Take the records below from their first line to the line with "v -42.323 -10 -3.536", and restate those lines word for word.
[SOURCE MATERIAL — start]
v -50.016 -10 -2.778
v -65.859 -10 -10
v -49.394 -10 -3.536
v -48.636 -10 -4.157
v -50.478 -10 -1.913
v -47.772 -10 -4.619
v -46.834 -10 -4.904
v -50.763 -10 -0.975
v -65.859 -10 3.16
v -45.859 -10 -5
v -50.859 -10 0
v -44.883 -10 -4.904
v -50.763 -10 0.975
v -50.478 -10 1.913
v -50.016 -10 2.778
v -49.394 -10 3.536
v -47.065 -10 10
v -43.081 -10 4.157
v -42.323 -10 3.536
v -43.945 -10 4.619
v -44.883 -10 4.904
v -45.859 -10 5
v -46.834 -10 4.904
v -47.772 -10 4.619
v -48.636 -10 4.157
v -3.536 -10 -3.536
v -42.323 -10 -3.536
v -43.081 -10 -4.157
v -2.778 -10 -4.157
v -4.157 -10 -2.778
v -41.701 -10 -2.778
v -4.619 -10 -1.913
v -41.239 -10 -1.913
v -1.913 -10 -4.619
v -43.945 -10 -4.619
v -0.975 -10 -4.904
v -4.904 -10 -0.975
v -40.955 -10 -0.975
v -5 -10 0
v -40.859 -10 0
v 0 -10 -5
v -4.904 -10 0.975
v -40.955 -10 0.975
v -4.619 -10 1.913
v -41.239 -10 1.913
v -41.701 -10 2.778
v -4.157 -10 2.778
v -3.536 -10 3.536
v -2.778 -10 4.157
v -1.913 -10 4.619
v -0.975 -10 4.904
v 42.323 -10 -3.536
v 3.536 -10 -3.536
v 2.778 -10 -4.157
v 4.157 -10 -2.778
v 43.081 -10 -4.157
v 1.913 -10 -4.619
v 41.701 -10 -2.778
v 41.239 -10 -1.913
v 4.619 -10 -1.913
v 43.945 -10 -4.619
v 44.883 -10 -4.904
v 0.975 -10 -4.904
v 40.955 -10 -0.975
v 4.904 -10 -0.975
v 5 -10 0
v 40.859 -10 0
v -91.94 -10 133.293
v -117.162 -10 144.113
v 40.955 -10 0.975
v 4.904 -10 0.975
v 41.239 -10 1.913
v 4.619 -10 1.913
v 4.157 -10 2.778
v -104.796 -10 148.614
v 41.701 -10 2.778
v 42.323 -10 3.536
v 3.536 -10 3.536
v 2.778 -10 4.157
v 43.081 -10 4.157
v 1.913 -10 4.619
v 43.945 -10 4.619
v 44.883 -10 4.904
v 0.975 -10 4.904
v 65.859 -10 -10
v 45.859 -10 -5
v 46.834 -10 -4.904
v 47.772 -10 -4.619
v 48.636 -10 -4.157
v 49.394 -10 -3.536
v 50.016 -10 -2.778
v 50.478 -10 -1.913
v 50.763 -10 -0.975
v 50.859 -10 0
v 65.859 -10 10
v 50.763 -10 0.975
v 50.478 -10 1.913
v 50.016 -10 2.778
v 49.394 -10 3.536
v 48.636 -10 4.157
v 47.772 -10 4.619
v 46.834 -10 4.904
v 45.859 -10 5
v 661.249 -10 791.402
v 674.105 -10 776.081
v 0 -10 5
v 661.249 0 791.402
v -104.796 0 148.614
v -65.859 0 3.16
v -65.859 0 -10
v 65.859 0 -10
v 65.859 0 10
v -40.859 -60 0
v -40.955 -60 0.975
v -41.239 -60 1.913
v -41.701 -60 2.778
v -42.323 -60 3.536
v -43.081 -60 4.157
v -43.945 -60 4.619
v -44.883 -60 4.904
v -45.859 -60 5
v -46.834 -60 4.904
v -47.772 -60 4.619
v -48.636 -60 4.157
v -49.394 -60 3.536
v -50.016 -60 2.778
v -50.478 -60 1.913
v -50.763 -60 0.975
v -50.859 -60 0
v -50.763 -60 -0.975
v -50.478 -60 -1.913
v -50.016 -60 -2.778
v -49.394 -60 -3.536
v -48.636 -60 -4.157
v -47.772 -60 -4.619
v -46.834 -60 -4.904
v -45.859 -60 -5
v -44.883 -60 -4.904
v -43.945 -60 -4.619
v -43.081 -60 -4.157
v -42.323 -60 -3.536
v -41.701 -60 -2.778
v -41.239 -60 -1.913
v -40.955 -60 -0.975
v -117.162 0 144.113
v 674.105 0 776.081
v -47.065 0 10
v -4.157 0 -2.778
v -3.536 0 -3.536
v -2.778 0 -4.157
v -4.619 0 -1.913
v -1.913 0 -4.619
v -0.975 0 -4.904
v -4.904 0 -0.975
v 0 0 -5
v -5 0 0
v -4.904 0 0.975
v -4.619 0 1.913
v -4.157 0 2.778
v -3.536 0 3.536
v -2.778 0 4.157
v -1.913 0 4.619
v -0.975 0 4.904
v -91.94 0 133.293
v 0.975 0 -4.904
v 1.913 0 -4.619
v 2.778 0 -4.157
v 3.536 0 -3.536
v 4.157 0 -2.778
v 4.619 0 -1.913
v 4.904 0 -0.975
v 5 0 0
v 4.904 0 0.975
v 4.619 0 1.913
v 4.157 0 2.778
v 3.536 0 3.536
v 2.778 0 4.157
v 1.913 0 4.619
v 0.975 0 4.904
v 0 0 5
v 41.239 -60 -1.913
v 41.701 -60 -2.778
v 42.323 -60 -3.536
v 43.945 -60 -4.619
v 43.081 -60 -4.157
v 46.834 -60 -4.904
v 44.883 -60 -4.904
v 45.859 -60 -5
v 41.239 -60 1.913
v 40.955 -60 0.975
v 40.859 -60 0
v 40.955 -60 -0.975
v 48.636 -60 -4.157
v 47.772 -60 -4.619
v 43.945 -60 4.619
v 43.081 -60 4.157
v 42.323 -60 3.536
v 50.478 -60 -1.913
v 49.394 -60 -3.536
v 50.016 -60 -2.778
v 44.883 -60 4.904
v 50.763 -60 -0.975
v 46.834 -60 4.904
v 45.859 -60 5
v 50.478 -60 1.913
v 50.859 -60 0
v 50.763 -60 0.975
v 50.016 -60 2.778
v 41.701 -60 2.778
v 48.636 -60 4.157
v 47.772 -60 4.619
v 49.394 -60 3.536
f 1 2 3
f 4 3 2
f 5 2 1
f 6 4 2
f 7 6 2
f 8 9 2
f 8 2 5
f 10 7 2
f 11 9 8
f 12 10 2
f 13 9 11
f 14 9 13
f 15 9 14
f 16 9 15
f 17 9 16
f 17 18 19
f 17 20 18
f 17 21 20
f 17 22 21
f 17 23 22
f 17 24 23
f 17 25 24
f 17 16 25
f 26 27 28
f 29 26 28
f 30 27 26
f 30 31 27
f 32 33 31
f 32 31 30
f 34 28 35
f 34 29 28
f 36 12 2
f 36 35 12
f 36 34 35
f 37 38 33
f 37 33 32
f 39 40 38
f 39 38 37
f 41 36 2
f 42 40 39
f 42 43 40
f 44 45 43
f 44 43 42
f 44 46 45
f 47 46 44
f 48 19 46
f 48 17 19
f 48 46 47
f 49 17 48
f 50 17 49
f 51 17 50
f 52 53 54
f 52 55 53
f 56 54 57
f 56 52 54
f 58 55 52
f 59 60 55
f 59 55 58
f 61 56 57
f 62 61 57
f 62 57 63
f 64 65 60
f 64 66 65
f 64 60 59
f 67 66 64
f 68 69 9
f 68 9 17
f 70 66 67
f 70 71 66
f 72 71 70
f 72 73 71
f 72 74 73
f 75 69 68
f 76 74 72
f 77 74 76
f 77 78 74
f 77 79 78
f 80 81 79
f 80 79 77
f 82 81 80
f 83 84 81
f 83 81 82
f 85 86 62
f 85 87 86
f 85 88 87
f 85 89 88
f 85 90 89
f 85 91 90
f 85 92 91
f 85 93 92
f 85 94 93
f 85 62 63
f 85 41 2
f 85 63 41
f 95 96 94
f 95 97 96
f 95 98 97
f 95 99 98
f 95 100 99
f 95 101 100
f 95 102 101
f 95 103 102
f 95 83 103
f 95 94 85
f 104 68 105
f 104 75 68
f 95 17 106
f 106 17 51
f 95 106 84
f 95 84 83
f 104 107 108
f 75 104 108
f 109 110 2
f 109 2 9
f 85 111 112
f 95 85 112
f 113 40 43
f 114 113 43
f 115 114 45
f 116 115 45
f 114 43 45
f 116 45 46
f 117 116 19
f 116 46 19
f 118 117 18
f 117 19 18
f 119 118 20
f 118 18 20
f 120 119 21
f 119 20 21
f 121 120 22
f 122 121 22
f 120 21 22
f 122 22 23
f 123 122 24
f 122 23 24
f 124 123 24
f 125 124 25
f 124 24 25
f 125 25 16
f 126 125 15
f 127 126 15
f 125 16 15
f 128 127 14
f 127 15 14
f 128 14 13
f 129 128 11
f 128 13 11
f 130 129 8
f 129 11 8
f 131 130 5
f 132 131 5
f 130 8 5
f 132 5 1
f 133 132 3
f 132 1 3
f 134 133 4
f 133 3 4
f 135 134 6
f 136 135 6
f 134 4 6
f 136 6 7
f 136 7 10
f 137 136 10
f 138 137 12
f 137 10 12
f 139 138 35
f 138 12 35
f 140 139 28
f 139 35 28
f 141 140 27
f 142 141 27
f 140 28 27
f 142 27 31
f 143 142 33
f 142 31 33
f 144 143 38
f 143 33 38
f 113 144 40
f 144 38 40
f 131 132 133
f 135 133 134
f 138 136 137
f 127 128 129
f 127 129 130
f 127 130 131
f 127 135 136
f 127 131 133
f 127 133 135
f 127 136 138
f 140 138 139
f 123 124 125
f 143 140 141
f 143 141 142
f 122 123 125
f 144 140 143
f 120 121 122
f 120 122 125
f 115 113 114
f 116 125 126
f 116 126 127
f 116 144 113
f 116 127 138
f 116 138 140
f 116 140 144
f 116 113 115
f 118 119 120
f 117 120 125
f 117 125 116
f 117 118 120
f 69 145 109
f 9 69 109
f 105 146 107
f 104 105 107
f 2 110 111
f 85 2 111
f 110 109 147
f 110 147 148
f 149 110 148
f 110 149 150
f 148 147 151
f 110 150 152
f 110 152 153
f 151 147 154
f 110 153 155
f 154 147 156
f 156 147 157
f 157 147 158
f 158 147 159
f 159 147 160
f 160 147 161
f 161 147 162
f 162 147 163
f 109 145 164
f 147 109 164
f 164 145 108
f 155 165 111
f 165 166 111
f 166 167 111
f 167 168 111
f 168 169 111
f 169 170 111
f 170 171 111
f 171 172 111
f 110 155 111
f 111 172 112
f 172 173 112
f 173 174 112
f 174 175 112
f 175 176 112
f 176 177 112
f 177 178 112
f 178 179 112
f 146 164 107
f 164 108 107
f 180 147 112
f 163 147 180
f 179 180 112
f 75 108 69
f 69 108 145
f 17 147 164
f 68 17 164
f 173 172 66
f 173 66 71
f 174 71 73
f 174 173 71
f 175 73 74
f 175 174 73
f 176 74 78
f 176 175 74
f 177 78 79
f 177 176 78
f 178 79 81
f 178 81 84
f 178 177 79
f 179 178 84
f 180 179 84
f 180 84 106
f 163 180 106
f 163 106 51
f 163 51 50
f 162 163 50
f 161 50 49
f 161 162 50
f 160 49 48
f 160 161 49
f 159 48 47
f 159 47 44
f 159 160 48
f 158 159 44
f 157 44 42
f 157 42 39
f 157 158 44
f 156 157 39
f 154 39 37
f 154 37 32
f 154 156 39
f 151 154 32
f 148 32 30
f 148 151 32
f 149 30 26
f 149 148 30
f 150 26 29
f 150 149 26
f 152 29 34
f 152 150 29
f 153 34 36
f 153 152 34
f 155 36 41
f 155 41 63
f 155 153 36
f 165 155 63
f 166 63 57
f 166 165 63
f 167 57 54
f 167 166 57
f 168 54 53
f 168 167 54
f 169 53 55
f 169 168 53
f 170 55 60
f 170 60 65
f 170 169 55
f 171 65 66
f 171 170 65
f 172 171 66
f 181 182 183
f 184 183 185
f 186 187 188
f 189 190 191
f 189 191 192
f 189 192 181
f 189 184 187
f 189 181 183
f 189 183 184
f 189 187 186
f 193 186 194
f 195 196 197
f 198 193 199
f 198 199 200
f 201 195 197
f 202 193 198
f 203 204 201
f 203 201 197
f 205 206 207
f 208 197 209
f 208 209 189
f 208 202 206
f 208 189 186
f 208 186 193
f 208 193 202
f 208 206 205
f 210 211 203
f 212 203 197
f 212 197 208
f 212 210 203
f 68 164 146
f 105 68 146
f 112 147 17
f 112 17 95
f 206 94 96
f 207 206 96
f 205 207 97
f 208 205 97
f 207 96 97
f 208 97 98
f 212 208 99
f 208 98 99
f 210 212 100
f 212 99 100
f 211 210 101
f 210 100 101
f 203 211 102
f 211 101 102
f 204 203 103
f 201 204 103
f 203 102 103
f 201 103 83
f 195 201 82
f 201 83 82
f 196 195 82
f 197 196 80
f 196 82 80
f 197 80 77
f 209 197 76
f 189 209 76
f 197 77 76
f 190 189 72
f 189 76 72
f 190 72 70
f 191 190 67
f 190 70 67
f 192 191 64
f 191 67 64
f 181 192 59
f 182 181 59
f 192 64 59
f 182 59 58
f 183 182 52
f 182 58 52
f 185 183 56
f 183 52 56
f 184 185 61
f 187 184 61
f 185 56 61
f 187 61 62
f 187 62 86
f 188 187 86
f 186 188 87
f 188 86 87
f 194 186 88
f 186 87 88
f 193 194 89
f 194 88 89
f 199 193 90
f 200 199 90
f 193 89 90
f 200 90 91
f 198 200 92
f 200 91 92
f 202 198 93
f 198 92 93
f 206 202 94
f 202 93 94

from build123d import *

# Parameters (mm, degrees)
F0_W     = 131.7172
F0_H     = 20
F0_R     = 5
F1_DEPTH = 10
F2_R     = 5
F3_DEPTH = 50
F5_DEPTH = 10
F7_DEPTH = 10


with BuildPart() as f1:
    # F0 (on Front) → F1 (new body)
    with BuildSketch(Plane.XZ):
        Rectangle(F0_W, F0_H)
        Circle(F0_R, mode=Mode.SUBTRACT)
    extrude(amount=F1_DEPTH)

    # F2 (on face) → F3 (join)
    with BuildSketch(Plane.XZ.offset(10)):
        with Locations((-45.8586, 0)):
            Circle(F2_R)
        with Locations((45.8586, 0)):
            Circle(F2_R)
    extrude(amount=F3_DEPTH)

    # F4 (on Front) → F5 (join)
    with BuildSketch(Plane.XZ):
        Polygon((-117.161621, 144.11349), (-65.8586, 3.159597), (-47.064747, 10), (-98.367769, 150.953893), align=None)
    extrude(amount=F5_DEPTH)

    # F6 (on Front) → F7 (join)
    with BuildSketch(Plane.XZ):
        Polygon((661.248798, 791.401947), (-104.795645, 148.614338), (-91.939893, 133.293449), (674.104551, 776.081058), align=None)
    extrude(amount=F7_DEPTH)


solid = f1.part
[SOURCE MATERIAL — finish]
ANSWER AREA:
v -50.016 -10 -2.778
v -65.859 -10 -10
v -49.394 -10 -3.536
v -48.636 -10 -4.157
v -50.478 -10 -1.913
v -47.772 -10 -4.619
v -46.834 -10 -4.904
v -50.763 -10 -0.975
v -65.859 -10 3.16
v -45.859 -10 -5
v -50.859 -10 0
v -44.883 -10 -4.904
v -50.763 -10 0.975
v -50.478 -10 1.913
v -50.016 -10 2.778
v -49.394 -10 3.536
v -47.065 -10 10
v -43.081 -10 4.157
v -42.323 -10 3.536
v -43.945 -10 4.619
v -44.883 -10 4.904
v -45.859 -10 5
v -46.834 -10 4.904
v -47.772 -10 4.619
v -48.636 -10 4.157
v -3.536 -10 -3.536
v -42.323 -10 -3.536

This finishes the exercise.